David Brin is a scientist and author whose future-oriented novels include Earth, The Postman, and Hugo Award winning best-sellers Startide Rising and Uplift War. (The Postman inspired a major film in 1998.) Brin is also known as a leading commentator on modern technological trends. His non fiction book - The Transparent Society: Will Technology Make Us Choose Between Freedom and Privacy? - deals with provocative issues of openness and liberty in the wired-age. Brin's newest novel - Kiln People - explores a fictional near future when people use cheap copies of themselves to be in two places at once.

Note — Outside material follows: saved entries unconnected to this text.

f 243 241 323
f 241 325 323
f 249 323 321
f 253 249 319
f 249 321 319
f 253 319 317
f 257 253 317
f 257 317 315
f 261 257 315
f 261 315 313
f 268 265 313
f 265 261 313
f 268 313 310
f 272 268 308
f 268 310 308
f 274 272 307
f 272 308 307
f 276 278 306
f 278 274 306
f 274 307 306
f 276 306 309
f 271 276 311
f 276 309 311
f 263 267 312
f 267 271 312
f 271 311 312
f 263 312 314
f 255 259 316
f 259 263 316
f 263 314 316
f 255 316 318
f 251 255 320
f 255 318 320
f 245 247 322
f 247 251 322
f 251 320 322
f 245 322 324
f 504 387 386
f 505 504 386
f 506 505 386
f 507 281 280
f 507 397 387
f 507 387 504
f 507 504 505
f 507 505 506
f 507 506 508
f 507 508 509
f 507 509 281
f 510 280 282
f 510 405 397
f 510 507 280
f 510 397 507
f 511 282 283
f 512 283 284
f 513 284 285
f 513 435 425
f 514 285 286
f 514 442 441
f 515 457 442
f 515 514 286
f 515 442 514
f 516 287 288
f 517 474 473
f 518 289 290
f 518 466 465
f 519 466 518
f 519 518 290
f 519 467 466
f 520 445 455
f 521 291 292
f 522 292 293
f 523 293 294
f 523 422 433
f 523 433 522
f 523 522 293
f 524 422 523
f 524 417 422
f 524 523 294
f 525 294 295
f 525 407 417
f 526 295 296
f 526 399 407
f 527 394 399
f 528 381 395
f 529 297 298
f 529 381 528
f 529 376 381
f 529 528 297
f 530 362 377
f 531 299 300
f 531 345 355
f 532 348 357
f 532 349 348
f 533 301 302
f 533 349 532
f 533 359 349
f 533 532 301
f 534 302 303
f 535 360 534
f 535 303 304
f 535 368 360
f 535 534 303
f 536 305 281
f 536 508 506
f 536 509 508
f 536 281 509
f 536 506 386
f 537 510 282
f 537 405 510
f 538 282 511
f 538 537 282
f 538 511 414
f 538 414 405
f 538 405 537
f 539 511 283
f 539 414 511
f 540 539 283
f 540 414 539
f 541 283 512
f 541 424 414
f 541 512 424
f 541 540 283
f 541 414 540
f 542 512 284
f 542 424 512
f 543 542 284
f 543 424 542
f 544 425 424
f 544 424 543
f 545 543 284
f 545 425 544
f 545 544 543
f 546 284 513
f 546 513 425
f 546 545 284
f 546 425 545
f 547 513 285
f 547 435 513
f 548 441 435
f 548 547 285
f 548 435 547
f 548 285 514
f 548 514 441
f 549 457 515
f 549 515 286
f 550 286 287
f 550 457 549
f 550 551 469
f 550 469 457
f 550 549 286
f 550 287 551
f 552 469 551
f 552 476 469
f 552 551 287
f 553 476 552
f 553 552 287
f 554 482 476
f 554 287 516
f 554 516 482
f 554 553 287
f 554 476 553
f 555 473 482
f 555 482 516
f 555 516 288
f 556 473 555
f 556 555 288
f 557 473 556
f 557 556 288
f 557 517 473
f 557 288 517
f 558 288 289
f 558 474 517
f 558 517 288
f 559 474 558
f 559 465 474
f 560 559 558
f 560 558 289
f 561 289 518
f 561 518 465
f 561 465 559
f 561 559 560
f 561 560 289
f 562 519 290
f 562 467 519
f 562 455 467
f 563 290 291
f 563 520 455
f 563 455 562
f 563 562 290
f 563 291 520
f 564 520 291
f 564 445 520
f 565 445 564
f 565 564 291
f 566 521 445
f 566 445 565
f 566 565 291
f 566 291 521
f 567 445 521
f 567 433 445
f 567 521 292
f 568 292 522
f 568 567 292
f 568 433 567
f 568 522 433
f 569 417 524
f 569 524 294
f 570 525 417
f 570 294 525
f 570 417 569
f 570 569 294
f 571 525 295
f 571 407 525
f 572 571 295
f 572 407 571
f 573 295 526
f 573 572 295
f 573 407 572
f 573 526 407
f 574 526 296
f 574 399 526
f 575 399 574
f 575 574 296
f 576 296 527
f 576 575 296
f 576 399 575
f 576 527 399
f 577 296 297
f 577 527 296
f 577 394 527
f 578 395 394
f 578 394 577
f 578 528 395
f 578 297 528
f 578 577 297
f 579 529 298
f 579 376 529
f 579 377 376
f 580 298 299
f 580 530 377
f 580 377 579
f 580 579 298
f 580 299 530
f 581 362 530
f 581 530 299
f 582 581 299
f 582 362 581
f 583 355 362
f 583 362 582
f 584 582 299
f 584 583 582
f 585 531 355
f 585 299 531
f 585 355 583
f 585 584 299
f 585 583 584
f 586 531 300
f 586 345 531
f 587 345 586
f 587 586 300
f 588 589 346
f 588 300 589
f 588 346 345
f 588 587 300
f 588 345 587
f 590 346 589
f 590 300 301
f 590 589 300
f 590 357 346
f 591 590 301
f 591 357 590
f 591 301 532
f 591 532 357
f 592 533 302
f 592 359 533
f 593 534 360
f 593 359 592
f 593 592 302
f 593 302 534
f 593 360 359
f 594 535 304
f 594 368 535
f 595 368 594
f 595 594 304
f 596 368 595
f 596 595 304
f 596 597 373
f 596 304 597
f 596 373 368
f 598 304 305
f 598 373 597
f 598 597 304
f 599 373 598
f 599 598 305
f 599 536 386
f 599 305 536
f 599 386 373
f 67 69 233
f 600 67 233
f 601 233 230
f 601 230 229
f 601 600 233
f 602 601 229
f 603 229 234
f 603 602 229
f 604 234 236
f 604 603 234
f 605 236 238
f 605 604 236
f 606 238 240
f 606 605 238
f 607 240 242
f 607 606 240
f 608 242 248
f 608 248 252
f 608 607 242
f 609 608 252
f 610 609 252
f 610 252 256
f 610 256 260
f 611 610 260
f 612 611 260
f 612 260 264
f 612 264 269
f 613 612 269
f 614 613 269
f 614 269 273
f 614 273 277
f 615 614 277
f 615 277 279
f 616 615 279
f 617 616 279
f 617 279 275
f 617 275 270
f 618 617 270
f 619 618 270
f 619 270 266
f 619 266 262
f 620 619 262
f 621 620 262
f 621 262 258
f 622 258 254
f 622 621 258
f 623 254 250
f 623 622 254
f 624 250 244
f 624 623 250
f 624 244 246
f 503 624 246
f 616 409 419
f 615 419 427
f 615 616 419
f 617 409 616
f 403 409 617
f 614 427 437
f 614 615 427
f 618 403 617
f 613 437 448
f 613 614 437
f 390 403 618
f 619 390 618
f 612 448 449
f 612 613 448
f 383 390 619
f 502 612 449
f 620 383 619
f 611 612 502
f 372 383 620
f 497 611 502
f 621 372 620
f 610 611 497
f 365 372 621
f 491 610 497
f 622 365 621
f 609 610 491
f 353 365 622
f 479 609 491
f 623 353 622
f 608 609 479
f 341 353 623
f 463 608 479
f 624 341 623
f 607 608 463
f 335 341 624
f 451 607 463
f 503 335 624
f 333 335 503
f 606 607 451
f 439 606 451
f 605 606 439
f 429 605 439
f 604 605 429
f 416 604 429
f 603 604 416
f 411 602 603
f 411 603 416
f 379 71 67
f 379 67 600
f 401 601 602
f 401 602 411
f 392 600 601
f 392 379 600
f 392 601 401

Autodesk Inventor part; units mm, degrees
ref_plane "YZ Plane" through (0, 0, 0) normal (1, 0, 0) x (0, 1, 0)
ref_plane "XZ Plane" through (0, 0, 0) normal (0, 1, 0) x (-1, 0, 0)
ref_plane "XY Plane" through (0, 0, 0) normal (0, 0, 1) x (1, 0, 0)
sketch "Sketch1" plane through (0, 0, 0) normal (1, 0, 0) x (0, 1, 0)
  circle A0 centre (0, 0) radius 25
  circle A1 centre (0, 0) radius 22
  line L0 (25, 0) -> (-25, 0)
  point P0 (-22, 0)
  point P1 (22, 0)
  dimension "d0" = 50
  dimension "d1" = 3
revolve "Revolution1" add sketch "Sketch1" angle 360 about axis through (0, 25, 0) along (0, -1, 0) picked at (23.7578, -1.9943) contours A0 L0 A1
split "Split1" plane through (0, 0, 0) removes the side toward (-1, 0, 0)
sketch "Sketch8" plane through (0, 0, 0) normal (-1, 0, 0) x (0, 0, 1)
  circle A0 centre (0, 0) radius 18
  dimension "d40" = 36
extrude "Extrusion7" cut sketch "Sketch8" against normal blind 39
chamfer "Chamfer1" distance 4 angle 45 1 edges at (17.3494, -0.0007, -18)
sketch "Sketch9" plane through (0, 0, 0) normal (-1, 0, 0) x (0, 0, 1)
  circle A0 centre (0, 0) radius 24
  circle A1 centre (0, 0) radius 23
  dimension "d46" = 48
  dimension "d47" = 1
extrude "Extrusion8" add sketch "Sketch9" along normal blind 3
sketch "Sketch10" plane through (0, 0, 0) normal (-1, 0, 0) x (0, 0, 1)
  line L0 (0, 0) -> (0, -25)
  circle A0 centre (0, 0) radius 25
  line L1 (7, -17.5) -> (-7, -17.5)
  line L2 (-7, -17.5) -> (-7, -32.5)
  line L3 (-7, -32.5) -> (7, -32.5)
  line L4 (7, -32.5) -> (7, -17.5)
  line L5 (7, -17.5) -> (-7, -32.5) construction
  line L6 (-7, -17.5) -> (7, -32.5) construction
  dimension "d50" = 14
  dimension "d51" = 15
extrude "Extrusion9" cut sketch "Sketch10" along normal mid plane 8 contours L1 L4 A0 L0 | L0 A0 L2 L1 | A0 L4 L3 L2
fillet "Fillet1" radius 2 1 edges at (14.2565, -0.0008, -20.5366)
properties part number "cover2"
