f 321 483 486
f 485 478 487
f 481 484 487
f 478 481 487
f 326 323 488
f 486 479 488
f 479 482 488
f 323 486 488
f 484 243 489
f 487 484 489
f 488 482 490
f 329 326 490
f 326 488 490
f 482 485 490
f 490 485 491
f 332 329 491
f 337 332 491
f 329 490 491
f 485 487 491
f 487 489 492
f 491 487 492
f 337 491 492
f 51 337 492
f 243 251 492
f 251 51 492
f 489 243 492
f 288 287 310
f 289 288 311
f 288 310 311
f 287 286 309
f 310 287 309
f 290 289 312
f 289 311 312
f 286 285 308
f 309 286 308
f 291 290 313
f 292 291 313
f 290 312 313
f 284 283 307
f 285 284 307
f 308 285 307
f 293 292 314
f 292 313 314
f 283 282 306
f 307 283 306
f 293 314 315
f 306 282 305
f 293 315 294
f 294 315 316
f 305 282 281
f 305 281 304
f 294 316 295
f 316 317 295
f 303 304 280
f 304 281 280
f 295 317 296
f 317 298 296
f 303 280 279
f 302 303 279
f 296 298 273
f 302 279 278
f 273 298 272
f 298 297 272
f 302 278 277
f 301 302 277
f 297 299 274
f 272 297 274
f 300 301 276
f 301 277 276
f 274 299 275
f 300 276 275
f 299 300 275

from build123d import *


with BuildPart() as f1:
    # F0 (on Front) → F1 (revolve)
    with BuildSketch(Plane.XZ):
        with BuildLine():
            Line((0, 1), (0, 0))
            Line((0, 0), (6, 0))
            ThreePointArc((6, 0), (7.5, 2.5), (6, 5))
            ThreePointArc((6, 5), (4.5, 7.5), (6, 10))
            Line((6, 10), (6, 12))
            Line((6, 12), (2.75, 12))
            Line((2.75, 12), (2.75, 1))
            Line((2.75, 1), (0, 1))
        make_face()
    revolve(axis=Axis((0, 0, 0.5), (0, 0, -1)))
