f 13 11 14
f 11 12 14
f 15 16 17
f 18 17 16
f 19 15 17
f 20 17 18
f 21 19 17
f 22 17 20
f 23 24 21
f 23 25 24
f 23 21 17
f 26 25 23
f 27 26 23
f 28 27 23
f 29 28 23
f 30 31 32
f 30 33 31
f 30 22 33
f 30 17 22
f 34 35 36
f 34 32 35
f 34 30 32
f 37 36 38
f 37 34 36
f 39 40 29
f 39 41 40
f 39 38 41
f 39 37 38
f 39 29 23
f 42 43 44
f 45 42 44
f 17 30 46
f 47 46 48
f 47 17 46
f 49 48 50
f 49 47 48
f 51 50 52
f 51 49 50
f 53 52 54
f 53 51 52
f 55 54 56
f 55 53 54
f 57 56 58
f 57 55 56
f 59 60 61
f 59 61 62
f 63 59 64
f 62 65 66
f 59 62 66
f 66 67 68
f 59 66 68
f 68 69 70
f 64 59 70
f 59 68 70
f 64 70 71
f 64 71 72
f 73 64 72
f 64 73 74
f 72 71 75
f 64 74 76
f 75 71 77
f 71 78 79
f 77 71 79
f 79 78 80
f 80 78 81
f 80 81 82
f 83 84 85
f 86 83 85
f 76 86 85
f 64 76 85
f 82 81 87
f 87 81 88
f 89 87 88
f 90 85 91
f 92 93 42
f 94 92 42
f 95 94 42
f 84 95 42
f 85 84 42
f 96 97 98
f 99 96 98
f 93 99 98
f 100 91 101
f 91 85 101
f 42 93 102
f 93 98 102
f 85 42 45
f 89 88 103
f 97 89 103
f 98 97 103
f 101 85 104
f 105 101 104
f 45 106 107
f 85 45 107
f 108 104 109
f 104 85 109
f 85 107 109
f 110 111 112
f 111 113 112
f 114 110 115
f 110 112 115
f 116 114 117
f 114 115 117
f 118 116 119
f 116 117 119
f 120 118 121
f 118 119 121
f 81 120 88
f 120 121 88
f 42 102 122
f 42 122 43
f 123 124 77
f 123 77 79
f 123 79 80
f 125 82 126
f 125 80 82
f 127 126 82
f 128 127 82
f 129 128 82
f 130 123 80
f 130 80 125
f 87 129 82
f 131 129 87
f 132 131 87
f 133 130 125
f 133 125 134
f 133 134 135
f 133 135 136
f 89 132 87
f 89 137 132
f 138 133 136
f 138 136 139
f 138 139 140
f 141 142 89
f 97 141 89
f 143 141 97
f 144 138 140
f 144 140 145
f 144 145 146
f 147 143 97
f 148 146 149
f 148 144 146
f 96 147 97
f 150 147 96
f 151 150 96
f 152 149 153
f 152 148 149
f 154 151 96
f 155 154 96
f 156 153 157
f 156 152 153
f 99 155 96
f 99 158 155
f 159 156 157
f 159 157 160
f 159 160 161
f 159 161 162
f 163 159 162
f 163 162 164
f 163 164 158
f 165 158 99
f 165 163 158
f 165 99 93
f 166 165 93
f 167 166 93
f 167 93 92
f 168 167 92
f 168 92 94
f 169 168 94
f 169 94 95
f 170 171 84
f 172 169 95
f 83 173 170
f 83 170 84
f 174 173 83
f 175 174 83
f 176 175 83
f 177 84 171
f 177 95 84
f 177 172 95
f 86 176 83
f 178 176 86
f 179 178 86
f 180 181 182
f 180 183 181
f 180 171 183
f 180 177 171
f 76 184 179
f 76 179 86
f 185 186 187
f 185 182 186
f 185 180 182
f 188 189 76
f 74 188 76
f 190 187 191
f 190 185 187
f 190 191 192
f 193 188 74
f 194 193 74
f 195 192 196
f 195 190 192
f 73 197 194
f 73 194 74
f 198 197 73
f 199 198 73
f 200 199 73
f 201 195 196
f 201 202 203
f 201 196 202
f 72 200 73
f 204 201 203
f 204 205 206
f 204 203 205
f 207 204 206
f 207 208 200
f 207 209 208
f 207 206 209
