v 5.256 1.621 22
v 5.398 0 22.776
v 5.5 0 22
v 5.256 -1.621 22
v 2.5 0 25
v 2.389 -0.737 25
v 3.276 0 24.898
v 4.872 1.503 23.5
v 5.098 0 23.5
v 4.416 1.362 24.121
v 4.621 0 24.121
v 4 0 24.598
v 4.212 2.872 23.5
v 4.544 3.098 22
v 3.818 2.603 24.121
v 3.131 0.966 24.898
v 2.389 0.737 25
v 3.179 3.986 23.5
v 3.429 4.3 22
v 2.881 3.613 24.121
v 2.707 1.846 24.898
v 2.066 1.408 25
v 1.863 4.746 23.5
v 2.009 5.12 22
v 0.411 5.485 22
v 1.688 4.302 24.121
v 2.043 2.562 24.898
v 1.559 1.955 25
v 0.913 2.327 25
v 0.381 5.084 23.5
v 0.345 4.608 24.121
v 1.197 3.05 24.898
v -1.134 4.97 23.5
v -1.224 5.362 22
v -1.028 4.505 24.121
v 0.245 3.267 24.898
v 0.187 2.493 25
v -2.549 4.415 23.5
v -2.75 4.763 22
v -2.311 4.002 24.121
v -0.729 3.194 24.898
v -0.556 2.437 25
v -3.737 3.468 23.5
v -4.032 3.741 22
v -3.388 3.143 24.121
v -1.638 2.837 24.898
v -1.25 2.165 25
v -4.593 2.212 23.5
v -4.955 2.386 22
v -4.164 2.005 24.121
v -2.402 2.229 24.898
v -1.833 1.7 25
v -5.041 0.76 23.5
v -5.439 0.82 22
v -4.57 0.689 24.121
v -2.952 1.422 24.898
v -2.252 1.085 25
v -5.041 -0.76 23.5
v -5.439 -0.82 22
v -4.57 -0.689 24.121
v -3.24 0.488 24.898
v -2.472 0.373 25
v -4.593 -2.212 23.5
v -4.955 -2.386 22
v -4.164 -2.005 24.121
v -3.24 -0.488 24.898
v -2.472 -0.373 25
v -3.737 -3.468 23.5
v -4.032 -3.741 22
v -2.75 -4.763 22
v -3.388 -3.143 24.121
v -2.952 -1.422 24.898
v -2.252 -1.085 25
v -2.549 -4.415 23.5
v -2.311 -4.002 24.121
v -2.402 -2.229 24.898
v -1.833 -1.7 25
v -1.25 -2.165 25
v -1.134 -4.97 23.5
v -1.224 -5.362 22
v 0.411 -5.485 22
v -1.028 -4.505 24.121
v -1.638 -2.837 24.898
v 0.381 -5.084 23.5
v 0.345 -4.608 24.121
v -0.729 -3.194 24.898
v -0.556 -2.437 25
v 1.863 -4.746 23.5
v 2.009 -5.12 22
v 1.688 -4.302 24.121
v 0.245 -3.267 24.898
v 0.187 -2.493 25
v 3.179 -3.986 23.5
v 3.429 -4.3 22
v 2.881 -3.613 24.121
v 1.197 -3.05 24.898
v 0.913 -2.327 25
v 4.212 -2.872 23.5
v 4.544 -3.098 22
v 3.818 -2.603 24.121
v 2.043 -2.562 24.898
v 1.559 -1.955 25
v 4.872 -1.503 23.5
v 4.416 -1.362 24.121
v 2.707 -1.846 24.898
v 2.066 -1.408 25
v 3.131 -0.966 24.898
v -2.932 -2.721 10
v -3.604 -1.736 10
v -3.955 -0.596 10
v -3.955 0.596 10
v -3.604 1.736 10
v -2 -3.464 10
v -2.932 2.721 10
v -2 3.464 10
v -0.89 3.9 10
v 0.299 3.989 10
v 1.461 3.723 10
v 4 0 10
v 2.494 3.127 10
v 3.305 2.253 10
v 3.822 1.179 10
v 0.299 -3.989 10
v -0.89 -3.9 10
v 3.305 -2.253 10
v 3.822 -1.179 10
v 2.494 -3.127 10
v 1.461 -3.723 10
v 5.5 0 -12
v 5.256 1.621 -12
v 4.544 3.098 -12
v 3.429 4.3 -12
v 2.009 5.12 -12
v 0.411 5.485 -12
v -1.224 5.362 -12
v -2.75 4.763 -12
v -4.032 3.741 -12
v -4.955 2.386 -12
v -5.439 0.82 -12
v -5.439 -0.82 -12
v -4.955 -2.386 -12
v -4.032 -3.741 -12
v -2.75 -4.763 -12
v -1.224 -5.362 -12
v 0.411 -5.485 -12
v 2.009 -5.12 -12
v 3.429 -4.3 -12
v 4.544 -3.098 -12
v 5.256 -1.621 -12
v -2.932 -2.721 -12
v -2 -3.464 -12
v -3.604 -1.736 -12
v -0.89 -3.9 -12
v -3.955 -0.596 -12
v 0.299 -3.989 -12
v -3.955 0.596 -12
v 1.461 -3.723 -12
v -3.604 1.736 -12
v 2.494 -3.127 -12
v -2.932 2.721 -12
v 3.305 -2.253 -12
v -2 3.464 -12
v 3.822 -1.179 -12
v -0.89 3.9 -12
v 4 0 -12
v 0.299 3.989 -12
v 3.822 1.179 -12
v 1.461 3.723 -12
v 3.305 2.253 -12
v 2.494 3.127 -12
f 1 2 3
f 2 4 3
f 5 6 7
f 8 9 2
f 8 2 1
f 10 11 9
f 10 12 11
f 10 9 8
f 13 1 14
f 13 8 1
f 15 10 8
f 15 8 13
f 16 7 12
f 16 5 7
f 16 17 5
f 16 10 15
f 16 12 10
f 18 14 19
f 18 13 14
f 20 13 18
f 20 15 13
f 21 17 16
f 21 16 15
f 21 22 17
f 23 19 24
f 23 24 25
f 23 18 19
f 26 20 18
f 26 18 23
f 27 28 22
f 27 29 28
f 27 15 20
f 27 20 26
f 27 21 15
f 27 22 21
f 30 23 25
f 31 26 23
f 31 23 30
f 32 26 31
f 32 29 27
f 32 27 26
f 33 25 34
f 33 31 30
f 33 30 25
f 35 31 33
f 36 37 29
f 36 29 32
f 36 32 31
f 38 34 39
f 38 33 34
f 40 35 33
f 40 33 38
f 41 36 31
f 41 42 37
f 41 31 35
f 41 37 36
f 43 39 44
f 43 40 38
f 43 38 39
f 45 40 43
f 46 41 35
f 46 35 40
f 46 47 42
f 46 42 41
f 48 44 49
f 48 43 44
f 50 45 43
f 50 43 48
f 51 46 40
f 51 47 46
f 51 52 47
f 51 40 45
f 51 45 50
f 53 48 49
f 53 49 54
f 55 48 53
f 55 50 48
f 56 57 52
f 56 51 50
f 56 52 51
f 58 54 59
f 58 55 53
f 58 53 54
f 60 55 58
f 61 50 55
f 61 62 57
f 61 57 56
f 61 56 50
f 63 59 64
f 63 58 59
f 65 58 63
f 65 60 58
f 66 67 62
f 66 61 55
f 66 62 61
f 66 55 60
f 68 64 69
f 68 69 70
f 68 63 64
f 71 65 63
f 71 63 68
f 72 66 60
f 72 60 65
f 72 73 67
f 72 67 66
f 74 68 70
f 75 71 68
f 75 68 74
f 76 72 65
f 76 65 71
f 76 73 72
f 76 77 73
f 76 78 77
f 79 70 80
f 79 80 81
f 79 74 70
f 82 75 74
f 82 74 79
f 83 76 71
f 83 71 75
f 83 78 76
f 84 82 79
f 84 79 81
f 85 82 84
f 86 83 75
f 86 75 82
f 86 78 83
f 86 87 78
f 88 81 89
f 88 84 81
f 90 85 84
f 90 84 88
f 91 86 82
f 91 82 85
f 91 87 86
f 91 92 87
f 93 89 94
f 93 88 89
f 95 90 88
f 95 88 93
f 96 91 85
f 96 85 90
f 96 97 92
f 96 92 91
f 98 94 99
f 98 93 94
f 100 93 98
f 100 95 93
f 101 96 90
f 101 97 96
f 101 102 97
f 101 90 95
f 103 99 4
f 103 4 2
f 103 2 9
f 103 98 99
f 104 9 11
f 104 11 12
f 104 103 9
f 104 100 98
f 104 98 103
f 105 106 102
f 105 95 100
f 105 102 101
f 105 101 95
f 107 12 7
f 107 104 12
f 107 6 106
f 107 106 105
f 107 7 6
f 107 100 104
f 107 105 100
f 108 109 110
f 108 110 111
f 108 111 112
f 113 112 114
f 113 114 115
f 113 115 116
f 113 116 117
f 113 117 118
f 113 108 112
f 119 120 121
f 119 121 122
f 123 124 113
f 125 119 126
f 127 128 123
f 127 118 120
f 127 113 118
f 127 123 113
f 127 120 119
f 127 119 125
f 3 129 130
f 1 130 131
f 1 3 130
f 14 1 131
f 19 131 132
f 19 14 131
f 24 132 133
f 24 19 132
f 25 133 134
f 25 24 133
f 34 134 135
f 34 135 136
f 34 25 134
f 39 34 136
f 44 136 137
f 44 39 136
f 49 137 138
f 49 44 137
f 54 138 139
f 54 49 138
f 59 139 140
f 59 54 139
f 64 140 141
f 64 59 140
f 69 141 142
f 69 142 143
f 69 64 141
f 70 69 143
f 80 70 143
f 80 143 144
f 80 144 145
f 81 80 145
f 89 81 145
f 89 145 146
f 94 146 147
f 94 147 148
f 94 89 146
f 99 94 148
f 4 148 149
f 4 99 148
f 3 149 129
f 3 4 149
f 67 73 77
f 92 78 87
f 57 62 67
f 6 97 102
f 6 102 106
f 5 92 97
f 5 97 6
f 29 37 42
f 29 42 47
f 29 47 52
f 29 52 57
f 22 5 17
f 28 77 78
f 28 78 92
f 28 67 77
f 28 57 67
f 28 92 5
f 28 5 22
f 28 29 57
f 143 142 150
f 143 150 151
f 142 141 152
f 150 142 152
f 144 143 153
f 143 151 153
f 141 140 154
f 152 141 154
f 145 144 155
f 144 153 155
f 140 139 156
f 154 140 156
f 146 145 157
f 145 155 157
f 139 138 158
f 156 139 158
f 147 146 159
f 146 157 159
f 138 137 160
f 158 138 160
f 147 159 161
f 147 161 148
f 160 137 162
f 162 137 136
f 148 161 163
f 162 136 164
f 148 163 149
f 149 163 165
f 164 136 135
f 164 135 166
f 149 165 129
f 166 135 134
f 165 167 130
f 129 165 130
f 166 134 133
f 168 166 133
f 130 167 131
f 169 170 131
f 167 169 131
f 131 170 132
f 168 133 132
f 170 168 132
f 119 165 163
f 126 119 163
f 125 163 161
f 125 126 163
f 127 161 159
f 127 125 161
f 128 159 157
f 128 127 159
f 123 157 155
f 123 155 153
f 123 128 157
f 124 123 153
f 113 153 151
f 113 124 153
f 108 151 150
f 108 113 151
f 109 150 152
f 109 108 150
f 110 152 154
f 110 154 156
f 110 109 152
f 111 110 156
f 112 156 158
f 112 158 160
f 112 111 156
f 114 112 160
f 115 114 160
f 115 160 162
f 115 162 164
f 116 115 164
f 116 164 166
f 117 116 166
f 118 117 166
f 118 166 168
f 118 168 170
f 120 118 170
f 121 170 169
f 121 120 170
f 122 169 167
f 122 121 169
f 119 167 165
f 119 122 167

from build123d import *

# Parameters (mm, degrees)
F0_R     = 5.5
F1_DEPTH = 25
F2_R     = 4
F3_DEPTH = 10
F4_R     = 3
F5_DEPTH = 12


with BuildPart() as f1:
    # F0 (on Top) → F1 (new body)
    with BuildSketch(Plane.XY):
        Circle(F0_R)
    extrude(amount=F1_DEPTH)

    # F2 (on face) → F3 (cut)
    with BuildSketch(Plane(origin=(0, 0, 0), x_dir=(1, 0, 0), z_dir=(0, 0, -1))):
        Circle(F2_R)
    extrude(amount=-F3_DEPTH, mode=Mode.SUBTRACT)

    # F4
    f4_edges = [f1.edges().sort_by_distance(p)[0] for p in [
        (-5.5, 0, 25),
    ]]
    fillet(f4_edges, radius=F4_R)

    # F5 (add): a face of the model
    f5_faces = [f1.faces().sort_by_distance(p)[0] for p in [
        (-5.3444365081, 0, 0),
    ]]
    extrude(f5_faces, amount=F5_DEPTH)


solid = f1.part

Since the tragic events of 9/11 we keep hearing security experts demand tighter restrictions on daily life, while civil libertarians preach we should accept risk to avoid "Big Brother". Both groups implicitly assume a tradeoff between safety and freedom. But is such a tradeoff necessary? For generations, people have grown detached from responsibility for protecting and maintaining civilization, handing evermore of the task to paid professionals. But on 9/11 most of the useful video was taken by private citizens, private cell phones spread word quicker than official media, and the sole effective action to thwart terror was taken by individuals, armed with intelligence and communication tools outside official channels. What does this suggest about the coming era? Pundits cry that onrushing technologies threaten our freedom and privacy, yet these commentators actually underestimate the 'Moore's Law of cameras' that may soon spread digital vision nearly everywhere at minuscule expense. Meanwhile, citizens take a pragmatic attitude, accepting and even embracing the new age of transparency - one in which technology may actually empower individuals even more than elites.

Closing Plenary

Interfaces for Alternate, Automated and Involuntary Experiences: Prosthetics, Robotics and Remote Operational Systems
Stelarc

Stelarc is an Australian artist who has performed extensively in Japan, Europe and the USA- including new music, dance festivals and experimental theatre. He has used medical instruments, prosthetics, robotics, Virtual Reality systems and the Internet for art performances.

In 1997 he was appointed Honorary Professor of Art and Robotics at Carnegie Mellon University. He was Artist-In-Residence for Hamburg City in 1998. In 2000 he was awarded an honorary Degree of Law by Monash University. He is now Principal Research Fellow in the Performance Arts Digital Research Unit at The Nottingham Trent University, UK. His art is represented by the Sherman Galleries in Sydney.

In his presentation he will explore alternate, intimate and involuntary interfaces with the body, demonstrating a muscle stimulation system for remote choreography of the body.